Ha. That's pretty funny to see.









But really had husbandry practice.


----------



## blackmaskelong (Aug 18, 2007)

it's just funny thay are not my lizards! a buddy's! and after that pic was take 2 months later well guess what happend???


----------



## Mettle (Dec 29, 2003)

He has one fat monitor now?

What's in the tank beside?

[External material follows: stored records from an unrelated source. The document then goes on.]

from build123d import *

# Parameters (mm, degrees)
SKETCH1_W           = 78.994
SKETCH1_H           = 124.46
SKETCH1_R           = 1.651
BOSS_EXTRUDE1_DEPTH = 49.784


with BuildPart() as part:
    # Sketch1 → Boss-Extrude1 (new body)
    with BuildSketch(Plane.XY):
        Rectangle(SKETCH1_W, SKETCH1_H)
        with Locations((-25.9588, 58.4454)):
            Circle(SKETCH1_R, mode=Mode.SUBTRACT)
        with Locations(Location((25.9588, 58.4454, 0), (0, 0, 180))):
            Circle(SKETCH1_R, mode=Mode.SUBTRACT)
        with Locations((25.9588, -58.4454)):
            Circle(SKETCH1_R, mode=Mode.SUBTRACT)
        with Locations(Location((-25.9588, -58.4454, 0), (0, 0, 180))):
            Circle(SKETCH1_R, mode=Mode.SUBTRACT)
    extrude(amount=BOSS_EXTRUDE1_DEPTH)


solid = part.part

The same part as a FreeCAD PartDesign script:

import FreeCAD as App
import Part
import Sketcher
Q = App.Units.Quantity


def add_polygon(sketch, points):
    """Adds a closed chain of lines whose ends are joined by coincident constraints."""
    first, n = sketch.GeometryCount, len(points)
    for a, b in zip(points, points[1:] + points[:1]):
        sketch.addGeometry(Part.LineSegment(App.Vector(*a, 0), App.Vector(*b, 0)), False)
    for i in range(n):
        sketch.addConstraint(Sketcher.Constraint("Coincident", first + i, 2, first + (i + 1) % n, 1))

doc = App.newDocument("Part")
body = doc.addObject("PartDesign::Body", "Body")

# Sketch on XY plane
sketch1 = body.newObject("Sketcher::SketchObject", "Sketch")
sketch1.AttachmentSupport = (doc.getObject("XY_Plane"), [""])
sketch1.MapMode = "FlatFace"
add_polygon(sketch1, [(-39.5, 62.2), (-39.5, -62.2), (39.5, -62.2), (39.5, 62.2)])  # lines 0-3
sketch1.addGeometry(Part.Circle(App.Vector(-26, -58.4, 0), App.Vector(0, 0, 1), 1.7), False)  # 4
sketch1.addGeometry(Part.Circle(App.Vector(26, -58.4, 0), App.Vector(0, 0, 1), 1.7), False)  # 5
sketch1.addGeometry(Part.Circle(App.Vector(-26, 58.4, 0), App.Vector(0, 0, 1), 1.7), False)  # 6
sketch1.addGeometry(Part.Circle(App.Vector(26, 58.4, 0), App.Vector(0, 0, 1), 1.7), False)  # 7
sketch1.addConstraint([
    Sketcher.Constraint("Vertical", 0),
    Sketcher.Constraint("Horizontal", 1),
    Sketcher.Constraint("Vertical", 2),
    Sketcher.Constraint("Horizontal", 3),
    Sketcher.Constraint("Equal", 4, 5),
    Sketcher.Constraint("Equal", 5, 6),
    Sketcher.Constraint("Equal", 6, 7),
    Sketcher.Constraint("Symmetric", 5, 3, 6, 3, -1, 1),
    Sketcher.Constraint("Symmetric", 4, 3, 7, 3, -1, 1),
    Sketcher.Constraint("Symmetric", 0, 2, 2, 2, -1, 1),
    Sketcher.Constraint("Symmetric", 4, 3, 5, 3, -2),
    Sketcher.Constraint("Diameter", 4, Q("0.13 in")),
    Sketcher.Constraint("DistanceY", 0, 2, 0, 1, Q("4.9 in")),
    Sketcher.Constraint("DistanceX", 1, 1, 1, 2, Q("3.11 in")),
    Sketcher.Constraint("DistanceX", 4, 3, -1, 1, Q("1.022 in")),
    Sketcher.Constraint("DistanceY", 4, 3, -1, 1, Q("2.301 in")),
])
pad1 = body.newObject("PartDesign::Pad", "Pad")
pad1.Profile = sketch1
pad1.Length = Q("1.96 in")

doc.recompute()
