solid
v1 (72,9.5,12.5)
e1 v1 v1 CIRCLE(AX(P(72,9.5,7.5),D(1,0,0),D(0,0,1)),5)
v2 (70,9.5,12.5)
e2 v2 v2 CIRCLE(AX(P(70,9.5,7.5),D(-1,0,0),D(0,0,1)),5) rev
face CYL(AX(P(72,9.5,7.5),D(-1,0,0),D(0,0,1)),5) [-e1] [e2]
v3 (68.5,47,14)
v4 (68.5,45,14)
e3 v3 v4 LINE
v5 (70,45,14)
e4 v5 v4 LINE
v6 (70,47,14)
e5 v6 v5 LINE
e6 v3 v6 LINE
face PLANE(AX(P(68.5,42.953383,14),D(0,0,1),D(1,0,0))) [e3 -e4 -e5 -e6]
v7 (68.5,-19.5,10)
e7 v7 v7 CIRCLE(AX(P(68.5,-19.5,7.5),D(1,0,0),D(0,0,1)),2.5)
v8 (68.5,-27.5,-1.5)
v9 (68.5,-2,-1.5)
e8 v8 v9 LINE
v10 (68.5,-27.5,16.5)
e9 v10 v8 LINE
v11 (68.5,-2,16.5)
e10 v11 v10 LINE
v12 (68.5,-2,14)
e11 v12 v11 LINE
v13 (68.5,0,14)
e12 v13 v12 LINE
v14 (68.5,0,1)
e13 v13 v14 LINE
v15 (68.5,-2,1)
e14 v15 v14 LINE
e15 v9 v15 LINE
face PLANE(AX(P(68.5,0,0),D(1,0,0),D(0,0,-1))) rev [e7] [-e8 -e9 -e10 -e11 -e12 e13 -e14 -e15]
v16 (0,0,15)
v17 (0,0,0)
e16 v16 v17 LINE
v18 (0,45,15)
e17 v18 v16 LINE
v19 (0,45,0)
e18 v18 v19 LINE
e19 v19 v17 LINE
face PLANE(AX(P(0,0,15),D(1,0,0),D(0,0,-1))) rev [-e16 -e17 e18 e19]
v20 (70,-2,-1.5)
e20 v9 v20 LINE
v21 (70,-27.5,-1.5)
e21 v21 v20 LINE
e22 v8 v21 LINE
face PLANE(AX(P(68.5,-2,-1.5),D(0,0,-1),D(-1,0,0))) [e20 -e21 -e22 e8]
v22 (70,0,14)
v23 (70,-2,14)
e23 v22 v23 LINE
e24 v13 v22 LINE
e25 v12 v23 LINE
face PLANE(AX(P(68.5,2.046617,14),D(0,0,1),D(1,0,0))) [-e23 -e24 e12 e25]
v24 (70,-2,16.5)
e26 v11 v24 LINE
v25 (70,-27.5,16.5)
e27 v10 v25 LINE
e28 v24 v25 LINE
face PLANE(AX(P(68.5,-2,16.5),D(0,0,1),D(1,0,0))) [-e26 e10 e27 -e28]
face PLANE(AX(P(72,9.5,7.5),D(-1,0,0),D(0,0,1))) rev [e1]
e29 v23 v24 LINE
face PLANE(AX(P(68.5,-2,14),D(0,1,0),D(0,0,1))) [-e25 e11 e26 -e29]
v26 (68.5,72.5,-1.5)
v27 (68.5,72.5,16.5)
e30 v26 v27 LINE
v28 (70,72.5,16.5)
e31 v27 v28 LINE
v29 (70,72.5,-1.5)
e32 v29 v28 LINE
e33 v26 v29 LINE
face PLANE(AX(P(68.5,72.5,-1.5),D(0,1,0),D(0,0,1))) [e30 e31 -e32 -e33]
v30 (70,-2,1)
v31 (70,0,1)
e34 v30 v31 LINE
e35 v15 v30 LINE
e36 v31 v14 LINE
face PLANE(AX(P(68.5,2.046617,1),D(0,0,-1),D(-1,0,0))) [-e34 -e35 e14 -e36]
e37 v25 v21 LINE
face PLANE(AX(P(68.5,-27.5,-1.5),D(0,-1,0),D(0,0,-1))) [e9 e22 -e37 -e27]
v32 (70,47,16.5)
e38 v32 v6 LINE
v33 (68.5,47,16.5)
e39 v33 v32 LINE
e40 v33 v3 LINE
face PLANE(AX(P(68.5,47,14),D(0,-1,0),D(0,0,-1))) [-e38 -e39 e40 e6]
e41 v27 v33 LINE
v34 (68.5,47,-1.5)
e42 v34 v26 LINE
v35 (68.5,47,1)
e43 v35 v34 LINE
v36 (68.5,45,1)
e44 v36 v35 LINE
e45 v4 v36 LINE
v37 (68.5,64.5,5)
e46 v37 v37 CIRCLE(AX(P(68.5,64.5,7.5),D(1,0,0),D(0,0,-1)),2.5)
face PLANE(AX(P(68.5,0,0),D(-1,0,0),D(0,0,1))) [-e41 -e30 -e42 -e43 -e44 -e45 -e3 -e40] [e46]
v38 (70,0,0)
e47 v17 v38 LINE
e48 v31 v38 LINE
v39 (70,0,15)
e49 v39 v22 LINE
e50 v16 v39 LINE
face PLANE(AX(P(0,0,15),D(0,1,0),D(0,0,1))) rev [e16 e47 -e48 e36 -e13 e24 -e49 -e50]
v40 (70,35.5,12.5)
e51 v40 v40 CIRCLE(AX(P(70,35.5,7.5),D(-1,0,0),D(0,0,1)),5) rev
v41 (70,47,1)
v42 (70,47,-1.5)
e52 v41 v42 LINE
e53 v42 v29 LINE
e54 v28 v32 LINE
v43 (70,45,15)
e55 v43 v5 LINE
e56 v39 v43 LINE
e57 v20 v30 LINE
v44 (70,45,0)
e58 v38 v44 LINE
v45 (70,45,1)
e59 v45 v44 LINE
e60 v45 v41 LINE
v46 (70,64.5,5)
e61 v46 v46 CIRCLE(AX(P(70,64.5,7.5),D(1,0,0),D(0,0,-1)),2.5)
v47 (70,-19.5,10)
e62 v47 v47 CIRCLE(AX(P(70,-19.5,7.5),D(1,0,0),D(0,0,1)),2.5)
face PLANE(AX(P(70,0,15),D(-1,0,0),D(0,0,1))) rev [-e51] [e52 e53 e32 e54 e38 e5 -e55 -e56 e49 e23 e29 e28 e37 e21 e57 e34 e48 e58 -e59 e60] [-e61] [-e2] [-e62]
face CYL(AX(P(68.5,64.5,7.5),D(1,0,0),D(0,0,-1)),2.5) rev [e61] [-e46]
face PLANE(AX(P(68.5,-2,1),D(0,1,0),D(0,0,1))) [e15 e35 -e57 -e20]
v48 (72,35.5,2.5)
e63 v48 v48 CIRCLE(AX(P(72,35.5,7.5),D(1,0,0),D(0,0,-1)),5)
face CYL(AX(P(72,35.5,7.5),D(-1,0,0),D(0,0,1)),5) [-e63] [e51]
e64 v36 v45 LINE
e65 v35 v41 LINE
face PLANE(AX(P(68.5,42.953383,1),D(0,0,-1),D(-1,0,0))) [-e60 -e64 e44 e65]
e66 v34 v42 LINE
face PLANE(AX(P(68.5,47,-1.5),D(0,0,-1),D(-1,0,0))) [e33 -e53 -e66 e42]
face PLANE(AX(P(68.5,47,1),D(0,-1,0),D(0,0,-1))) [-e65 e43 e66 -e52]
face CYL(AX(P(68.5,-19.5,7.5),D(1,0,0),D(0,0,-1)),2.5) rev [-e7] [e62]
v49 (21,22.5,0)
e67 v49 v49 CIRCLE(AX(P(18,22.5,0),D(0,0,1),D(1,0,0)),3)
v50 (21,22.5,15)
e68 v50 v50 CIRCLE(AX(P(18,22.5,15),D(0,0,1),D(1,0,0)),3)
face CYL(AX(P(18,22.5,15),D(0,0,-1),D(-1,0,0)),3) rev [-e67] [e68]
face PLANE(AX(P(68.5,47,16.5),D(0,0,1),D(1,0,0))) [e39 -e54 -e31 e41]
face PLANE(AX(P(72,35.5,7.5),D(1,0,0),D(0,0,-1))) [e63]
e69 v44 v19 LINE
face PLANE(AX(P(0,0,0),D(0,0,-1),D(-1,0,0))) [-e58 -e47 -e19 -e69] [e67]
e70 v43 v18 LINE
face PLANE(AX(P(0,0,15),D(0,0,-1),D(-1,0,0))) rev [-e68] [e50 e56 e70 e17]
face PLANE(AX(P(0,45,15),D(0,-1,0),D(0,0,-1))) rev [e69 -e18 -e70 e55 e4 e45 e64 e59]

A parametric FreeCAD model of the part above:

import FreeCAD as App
import Part
import Sketcher

V = App.Vector
Q = App.Units.Quantity


def add_polygon(sketch, points):
    """Adds a closed chain of lines whose ends are joined by coincident constraints."""
    first, n = sketch.GeometryCount, len(points)
    for a, b in zip(points, points[1:] + points[:1]):
        sketch.addGeometry(Part.LineSegment(App.Vector(*a, 0), App.Vector(*b, 0)), False)
    for i in range(n):
        sketch.addConstraint(Sketcher.Constraint("Coincident", first + i, 2, first + (i + 1) % n, 1))

doc = App.newDocument("Part")
body = doc.addObject("PartDesign::Body", "Body")

# Sketch on XY plane
sketch1 = body.newObject("Sketcher::SketchObject", "Sketch")
sketch1.AttachmentSupport = (doc.getObject("XY_Plane"), [""])
sketch1.MapMode = "FlatFace"
add_polygon(sketch1, [(0, 45), (0, 0), (70, 0), (70, 45)])  # lines 0-3
sketch1.addGeometry(Part.Circle(V(18, 22.5, 0), V(0, 0, 1), 3), False)  # 4
sketch1.addConstraint(Sketcher.Constraint("Vertical", 0))
sketch1.addConstraint(Sketcher.Constraint("Horizontal", 1))
sketch1.addConstraint(Sketcher.Constraint("Vertical", 2))
sketch1.addConstraint(Sketcher.Constraint("Horizontal", 3))
sketch1.addConstraint(Sketcher.Constraint("Coincident", 0, 2, -1, 1))
sketch1.addConstraint(Sketcher.Constraint("Diameter", 4, Q("6 mm")))
sketch1.addConstraint(Sketcher.Constraint("DistanceX", 1, 1, 1, 2, Q("70 mm")))
sketch1.addConstraint(Sketcher.Constraint("DistanceY", 0, 2, 0, 1, Q("45 mm")))
sketch1.addConstraint(Sketcher.Constraint("DistanceX", -1, 1, 4, 3, Q("18 mm")))
sketch1.addConstraint(Sketcher.Constraint("DistanceY", -1, 1, 4, 3, Q("22.5 mm")))
pad1 = body.newObject("PartDesign::Pad", "Pad")
pad1.Profile = sketch1
pad1.Length = 15

# Sketch on YZ plane
sketch2 = body.newObject("Sketcher::SketchObject", "Sketch001")
sketch2.AttachmentSupport = (doc.getObject("YZ_Plane"), [""])
sketch2.MapMode = "FlatFace"
sketch2.AttachmentOffset = App.Placement(V(0, 0, 70), App.Rotation())
add_polygon(sketch2, [(43, 1), (47, 1), (47, -1.5), (72.5, -1.5), (72.5, 16.5), (47, 16.5), (47, 14), (43, 14)])  # lines 0-7
sketch2.addGeometry(Part.Circle(V(64.5, 7.5, 0), V(0, 0, 1), 2.5), False)  # 8
add_polygon(sketch2, [(2, 14), (-2, 14), (-2, 16.5), (-27.5, 16.5), (-27.5, -1.5), (-2, -1.5), (-2, 1), (2, 1)])  # lines 9-16
sketch2.addGeometry(Part.Circle(V(-19.5, 7.5, 0), V(0, 0, 1), 2.5), False)  # 17
sketch2.addConstraint(Sketcher.Constraint("Horizontal", 0))
sketch2.addConstraint(Sketcher.Constraint("Vertical", 1))
sketch2.addConstraint(Sketcher.Constraint("Horizontal", 2))
sketch2.addConstraint(Sketcher.Constraint("Vertical", 3))
sketch2.addConstraint(Sketcher.Constraint("Horizontal", 4))
sketch2.addConstraint(Sketcher.Constraint("Vertical", 5))
sketch2.addConstraint(Sketcher.Constraint("Horizontal", 6))
sketch2.addConstraint(Sketcher.Constraint("Vertical", 7))
sketch2.addConstraint(Sketcher.Constraint("Horizontal", 9))
sketch2.addConstraint(Sketcher.Constraint("Vertical", 10))
sketch2.addConstraint(Sketcher.Constraint("Horizontal", 11))
sketch2.addConstraint(Sketcher.Constraint("Vertical", 12))
sketch2.addConstraint(Sketcher.Constraint("Horizontal", 13))
sketch2.addConstraint(Sketcher.Constraint("Vertical", 14))
sketch2.addConstraint(Sketcher.Constraint("Horizontal", 15))
sketch2.addConstraint(Sketcher.Constraint("Vertical", 16))
sketch2.addConstraint(Sketcher.Constraint("Equal", 8, 17))
sketch2.addConstraint(Sketcher.Constraint("Horizontal", 8, 3, 17, 3))
sketch2.addConstraint(Sketcher.Constraint("Horizontal", 6, 2, 9, 2))
sketch2.addConstraint(Sketcher.Constraint("Horizontal", 4, 2, 10, 2))
sketch2.addConstraint(Sketcher.Constraint("Horizontal", 2, 2, 12, 2))
sketch2.addConstraint(Sketcher.Constraint("Horizontal", 7, 2, 14, 2))
sketch2.addConstraint(Sketcher.Constraint("Vertical", 1, 2, 4, 2))
sketch2.addConstraint(Sketcher.Constraint("Vertical", 10, 2, 13, 2))
sketch2.addConstraint(Sketcher.Constraint("Equal", 6, 9))
sketch2.addConstraint(Sketcher.Constraint("Equal", 4, 11))
sketch2.addConstraint(Sketcher.Constraint("Equal", 1, 5))
sketch2.addConstraint(Sketcher.Constraint("Diameter", 8, Q("5 mm")))
sketch2.addConstraint(Sketcher.Constraint("DistanceY", 3, 1, 3, 2, Q("18 mm")))
sketch2.addConstraint(Sketcher.Constraint("DistanceY", 7, 2, 7, 1, Q("13 mm")))
sketch2.addConstraint(Sketcher.Constraint("DistanceX", 2, 1, 2, 2, Q("25.5 mm")))
sketch2.addConstraint(Sketcher.Constraint("DistanceX", -1, 1, 0, 2, Q("47 mm")))
sketch2.addConstraint(Sketcher.Constraint("DistanceY", -1, 1, 0, 2, Q("1 mm")))
sketch2.addConstraint(Sketcher.Constraint("DistanceX", 9, 2, -1, 1, Q("2 mm")))
sketch2.addConstraint(Sketcher.Constraint("DistanceX", 17, 3, 8, 3, Q("84 mm")))
sketch2.addConstraint(Sketcher.Constraint("DistanceY", 1, 2, 8, 3, Q("9 mm")))
sketch2.addConstraint(Sketcher.Constraint("DistanceX", 8, 3, 2, 2, Q("8 mm")))
sketch2.addConstraint(Sketcher.Constraint("DistanceX", 0, 1, 0, 2, Q("4.046617 mm")))
pad2 = body.newObject("PartDesign::Pad", "Pad001")
pad2.Profile = sketch2
pad2.Length = 1.5
pad2.Reversed = True

# Sketch on YZ plane
sketch3 = body.newObject("Sketcher::SketchObject", "Sketch002")
sketch3.AttachmentSupport = (doc.getObject("YZ_Plane"), [""])
sketch3.MapMode = "FlatFace"
sketch3.AttachmentOffset = App.Placement(V(0, 0, 70), App.Rotation())
sketch3.addGeometry(Part.Circle(V(36, 8, 0), V(0, 0, 1), 5), False)
sketch3.addGeometry(Part.Circle(V(10, 8, 0), V(0, 0, 1), 5), False)
sketch3.addConstraint(Sketcher.Constraint("Equal", 0, 1))
sketch3.addConstraint(Sketcher.Constraint("Horizontal", 0, 3, 1, 3))
sketch3.addConstraint(Sketcher.Constraint("Diameter", 0, Q("10 mm")))
sketch3.addConstraint(Sketcher.Constraint("DistanceX", 1, 3, 0, 3, Q("26 mm")))
sketch3.addConstraint(Sketcher.Constraint("DistanceX", -1, 1, 0, 3, Q("35.5 mm")))
sketch3.addConstraint(Sketcher.Constraint("DistanceY", -1, 1, 0, 3, Q("7.5 mm")))
pad3 = body.newObject("PartDesign::Pad", "Pad002")
pad3.Profile = sketch3
pad3.Length = 2

doc.recompute()
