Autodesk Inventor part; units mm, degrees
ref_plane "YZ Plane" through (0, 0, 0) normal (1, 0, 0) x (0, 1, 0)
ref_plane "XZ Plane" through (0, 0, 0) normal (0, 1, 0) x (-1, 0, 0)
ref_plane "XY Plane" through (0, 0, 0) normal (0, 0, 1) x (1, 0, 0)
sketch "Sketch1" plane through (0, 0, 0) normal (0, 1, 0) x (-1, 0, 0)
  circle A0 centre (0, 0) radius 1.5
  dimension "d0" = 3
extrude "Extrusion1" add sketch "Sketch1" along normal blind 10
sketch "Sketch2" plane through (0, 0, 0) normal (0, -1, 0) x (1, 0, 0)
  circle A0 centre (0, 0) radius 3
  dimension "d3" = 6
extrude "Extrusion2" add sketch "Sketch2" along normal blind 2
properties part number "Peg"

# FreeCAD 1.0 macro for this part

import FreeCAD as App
import Part
import Sketcher
from FreeCAD import Vector

doc = App.newDocument("Part")
body = doc.addObject("PartDesign::Body", "Body")

# Sketch on XZ plane
sketch1 = body.newObject("Sketcher::SketchObject", "Sketch")
sketch1.AttachmentSupport = (doc.getObject("XZ_Plane"), [""])
sketch1.MapMode = "FlatFace"
sketch1.addGeometry(Part.Circle(Vector(0, 0, 0), Vector(0, 0, 1), 1.5), False)
sketch1.addConstraint(Sketcher.Constraint("Coincident", 0, 3, -1, 1))
sketch1.addConstraint(Sketcher.Constraint("Diameter", 0, 3.0))
pad1 = body.newObject("PartDesign::Pad", "Pad")
pad1.Profile = sketch1
pad1.Length = 10
pad1.Reversed = True

# Sketch on XZ plane
sketch2 = body.newObject("Sketcher::SketchObject", "Sketch001")
sketch2.AttachmentSupport = (doc.getObject("XZ_Plane"), [""])
sketch2.MapMode = "FlatFace"
sketch2.addGeometry(Part.Circle(Vector(0, 0, 0), Vector(0, 0, 1), 3), False)
sketch2.addConstraint(Sketcher.Constraint("Coincident", 0, 3, -1, 1))
sketch2.addConstraint(Sketcher.Constraint("Diameter", 0, 6.0))
pad2 = body.newObject("PartDesign::Pad", "Pad001")
pad2.Profile = sketch2
pad2.Length = 2

doc.recompute()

Looks like some big feet or something in the glass there.


----------



## Bawb2u (May 27, 2004)

Umm, they all died from poor husbandry and stress?


----------



## blackmaskelong (Aug 18, 2007)

no the water dragons became food the savanah monitor is still alive and is now 8''!


----------



## Mettle (Dec 29, 2003)

8"? That's pretty tiny.


----------



## blackmaskelong (Aug 18, 2007)

yup! and it ate the water dragons! well half and half did what a oscar would do!


----------



## smokinbubbles (Mar 25, 2005)

i don't know maybe it's just me but i really wouldn't be excited to tell people about that.


----------



## blackmaskelong (Aug 18, 2007)

well it's not my lizard well it may i am gona take it off of him and give it the care it needs!


----------



## Mettle (Dec 29, 2003)

When you say 8 inches you mean just the body and not the tail, right?


----------



## blackmaskelong (Aug 18, 2007)

yah!


----------



## dracofish (Jul 13, 2003)

Poor husbandry...not something I'd brag or sound exited about...


----------



## blackmaskelong (Aug 18, 2007)

not bragin about it!


----------